*HOW TO COMPLETE THIS TASK:*
Only the lines below starting at the one that contains "e10 v9 v10 LINE" and ending at the one that contains "e19 v3 v15 LINE" are to be reproduced, exactly and with both ends kept.

*MATERIAL PROVIDED:*

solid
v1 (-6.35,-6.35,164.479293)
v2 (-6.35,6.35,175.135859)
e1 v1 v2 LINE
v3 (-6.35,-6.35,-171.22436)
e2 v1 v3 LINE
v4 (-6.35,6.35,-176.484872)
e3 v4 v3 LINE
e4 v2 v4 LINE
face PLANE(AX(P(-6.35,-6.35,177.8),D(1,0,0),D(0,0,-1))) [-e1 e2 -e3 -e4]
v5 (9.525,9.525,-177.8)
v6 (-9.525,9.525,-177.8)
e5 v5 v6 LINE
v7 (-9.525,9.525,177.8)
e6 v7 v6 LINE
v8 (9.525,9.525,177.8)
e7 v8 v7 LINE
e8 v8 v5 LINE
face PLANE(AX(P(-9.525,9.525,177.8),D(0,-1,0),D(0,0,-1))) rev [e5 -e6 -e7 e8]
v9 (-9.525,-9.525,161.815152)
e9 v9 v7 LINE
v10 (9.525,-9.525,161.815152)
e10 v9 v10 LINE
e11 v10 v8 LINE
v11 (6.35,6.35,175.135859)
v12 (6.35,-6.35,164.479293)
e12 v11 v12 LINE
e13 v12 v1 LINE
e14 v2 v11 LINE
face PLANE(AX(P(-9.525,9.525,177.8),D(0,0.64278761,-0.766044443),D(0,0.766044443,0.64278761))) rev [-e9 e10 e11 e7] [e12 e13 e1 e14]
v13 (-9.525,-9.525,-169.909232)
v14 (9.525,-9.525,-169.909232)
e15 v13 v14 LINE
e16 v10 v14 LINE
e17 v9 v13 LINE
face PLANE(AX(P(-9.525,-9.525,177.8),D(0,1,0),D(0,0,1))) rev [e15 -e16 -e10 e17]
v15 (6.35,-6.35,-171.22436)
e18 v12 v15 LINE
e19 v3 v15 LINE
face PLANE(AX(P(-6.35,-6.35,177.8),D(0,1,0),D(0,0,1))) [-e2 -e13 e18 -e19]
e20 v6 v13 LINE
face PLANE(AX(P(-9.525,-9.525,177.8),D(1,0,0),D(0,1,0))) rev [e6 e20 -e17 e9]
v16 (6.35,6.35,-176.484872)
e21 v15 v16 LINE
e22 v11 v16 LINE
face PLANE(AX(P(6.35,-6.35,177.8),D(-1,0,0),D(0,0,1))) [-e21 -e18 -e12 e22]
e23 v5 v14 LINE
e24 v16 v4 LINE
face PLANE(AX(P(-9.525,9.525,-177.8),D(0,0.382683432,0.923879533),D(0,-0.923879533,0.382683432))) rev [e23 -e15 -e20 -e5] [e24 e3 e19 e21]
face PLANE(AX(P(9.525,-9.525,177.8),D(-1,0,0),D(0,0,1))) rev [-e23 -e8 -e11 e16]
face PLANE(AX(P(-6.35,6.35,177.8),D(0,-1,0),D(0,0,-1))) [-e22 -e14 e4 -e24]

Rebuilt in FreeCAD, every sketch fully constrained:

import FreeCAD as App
import Part
import Sketcher

V = App.Vector
Q = App.Units.Quantity


def add_polygon(sketch, points):
    """Adds a closed chain of lines whose ends are joined by coincident constraints."""
    first, n = sketch.GeometryCount, len(points)
    for a, b in zip(points, points[1:] + points[:1]):
        sketch.addGeometry(Part.LineSegment(App.Vector(*a, 0), App.Vector(*b, 0)), False)
    for i in range(n):
        sketch.addConstraint(Sketcher.Constraint("Coincident", first + i, 2, first + (i + 1) % n, 1))

doc = App.newDocument("Part")
body = doc.addObject("PartDesign::Body", "Body")

# Sketch on XY plane
sketch1 = doc.addObject("Sketcher::SketchObject", "Sketch")
body.addObject(sketch1)
sketch1.AttachmentSupport = (doc.XY_Plane, [""])
sketch1.MapMode = "FlatFace"
add_polygon(sketch1, [(-9.525, 9.525), (-9.525, -9.525), (9.525, -9.525), (9.525, 9.525)])  # lines 0-3
add_polygon(sketch1, [(6.35, -6.35), (-6.35, -6.35), (-6.35, 6.35), (6.35, 6.35)])  # lines 4-7
sketch1.addConstraint(Sketcher.Constraint("Vertical", 0))
sketch1.addConstraint(Sketcher.Constraint("Horizontal", 1))
sketch1.addConstraint(Sketcher.Constraint("Vertical", 2))
sketch1.addConstraint(Sketcher.Constraint("Horizontal", 3))
sketch1.addConstraint(Sketcher.Constraint("Horizontal", 4))
sketch1.addConstraint(Sketcher.Constraint("Vertical", 5))
sketch1.addConstraint(Sketcher.Constraint("Horizontal", 6))
sketch1.addConstraint(Sketcher.Constraint("Vertical", 7))
sketch1.addConstraint(Sketcher.Constraint("Symmetric", 0, 2, 2, 2, -1, 1))
sketch1.addConstraint(Sketcher.Constraint("Symmetric", 4, 2, 6, 2, -1, 1))
sketch1.addConstraint(Sketcher.Constraint("Equal", 3, 0))
sketch1.addConstraint(Sketcher.Constraint("Equal", 6, 5))
sketch1.addConstraint(Sketcher.Constraint("DistanceX", 4, 2, 4, 1, Q("0.5 in")))
sketch1.addConstraint(Sketcher.Constraint("DistanceX", 1, 1, 1, 2, Q("0.75 in")))
pad1 = doc.addObject("PartDesign::Pad", "Pad")
body.addObject(pad1)
pad1.Profile = sketch1
pad1.Length = Q("14 in")
pad1.Midplane = True

# Sketch on YZ plane
sketch2 = doc.addObject("Sketcher::SketchObject", "Sketch001")
body.addObject(sketch2)
sketch2.AttachmentSupport = (doc.YZ_Plane, [""])
sketch2.MapMode = "FlatFace"
sketch2.AttachmentOffset = App.Placement(V(0, 0, 0.375 * 25.4), App.Rotation())
add_polygon(sketch2, [(-9.525, 161.815152), (9.525, 177.8), (-9.525, 177.8)])  # lines 0-2
add_polygon(sketch2, [(9.525, -177.8), (-9.525, -169.909232), (-9.525, -177.8)])  # lines 3-5
sketch2.addConstraint(Sketcher.Constraint("Horizontal", 1))
sketch2.addConstraint(Sketcher.Constraint("Vertical", 2))
sketch2.addConstraint(Sketcher.Constraint("Vertical", 4))
sketch2.addConstraint(Sketcher.Constraint("Horizontal", 5))
sketch2.addConstraint(Sketcher.Constraint("Symmetric", 0, 2, 4, 2, -1, 1))
sketch2.addConstraint(Sketcher.Constraint("Vertical", 2, 2, 3, 2))
sketch2.addConstraint(Sketcher.Constraint("Vertical", 0, 2, 5, 2))
sketch2.addConstraint(Sketcher.Constraint("DistanceY", -1, 1, 0, 2, Q("7 in")))
sketch2.addConstraint(Sketcher.Constraint("Angle", 0, Q("40 deg")))
sketch2.addConstraint(Sketcher.Constraint("DistanceX", 1, 2, 1, 1, Q("0.75 in")))
sketch2.addConstraint(Sketcher.Constraint("Angle", 3, Q("157.5 deg")))
pocket1 = doc.addObject("PartDesign::Pocket", "Pocket")
body.addObject(pocket1)
pocket1.Profile = sketch2
pocket1.Type = "ThroughAll"

doc.recompute()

*RESPONSE FOR THIS EXERCISE:*
e10 v9 v10 LINE
e11 v10 v8 LINE
v11 (6.35,6.35,175.135859)
v12 (6.35,-6.35,164.479293)
e12 v11 v12 LINE
e13 v12 v1 LINE
e14 v2 v11 LINE
face PLANE(AX(P(-9.525,9.525,177.8),D(0,0.64278761,-0.766044443),D(0,0.766044443,0.64278761))) rev [-e9 e10 e11 e7] [e12 e13 e1 e14]
v13 (-9.525,-9.525,-169.909232)
v14 (9.525,-9.525,-169.909232)
e15 v13 v14 LINE
e16 v10 v14 LINE
e17 v9 v13 LINE
face PLANE(AX(P(-9.525,-9.525,177.8),D(0,1,0),D(0,0,1))) rev [e15 -e16 -e10 e17]
v15 (6.35,-6.35,-171.22436)
e18 v12 v15 LINE
e19 v3 v15 LINE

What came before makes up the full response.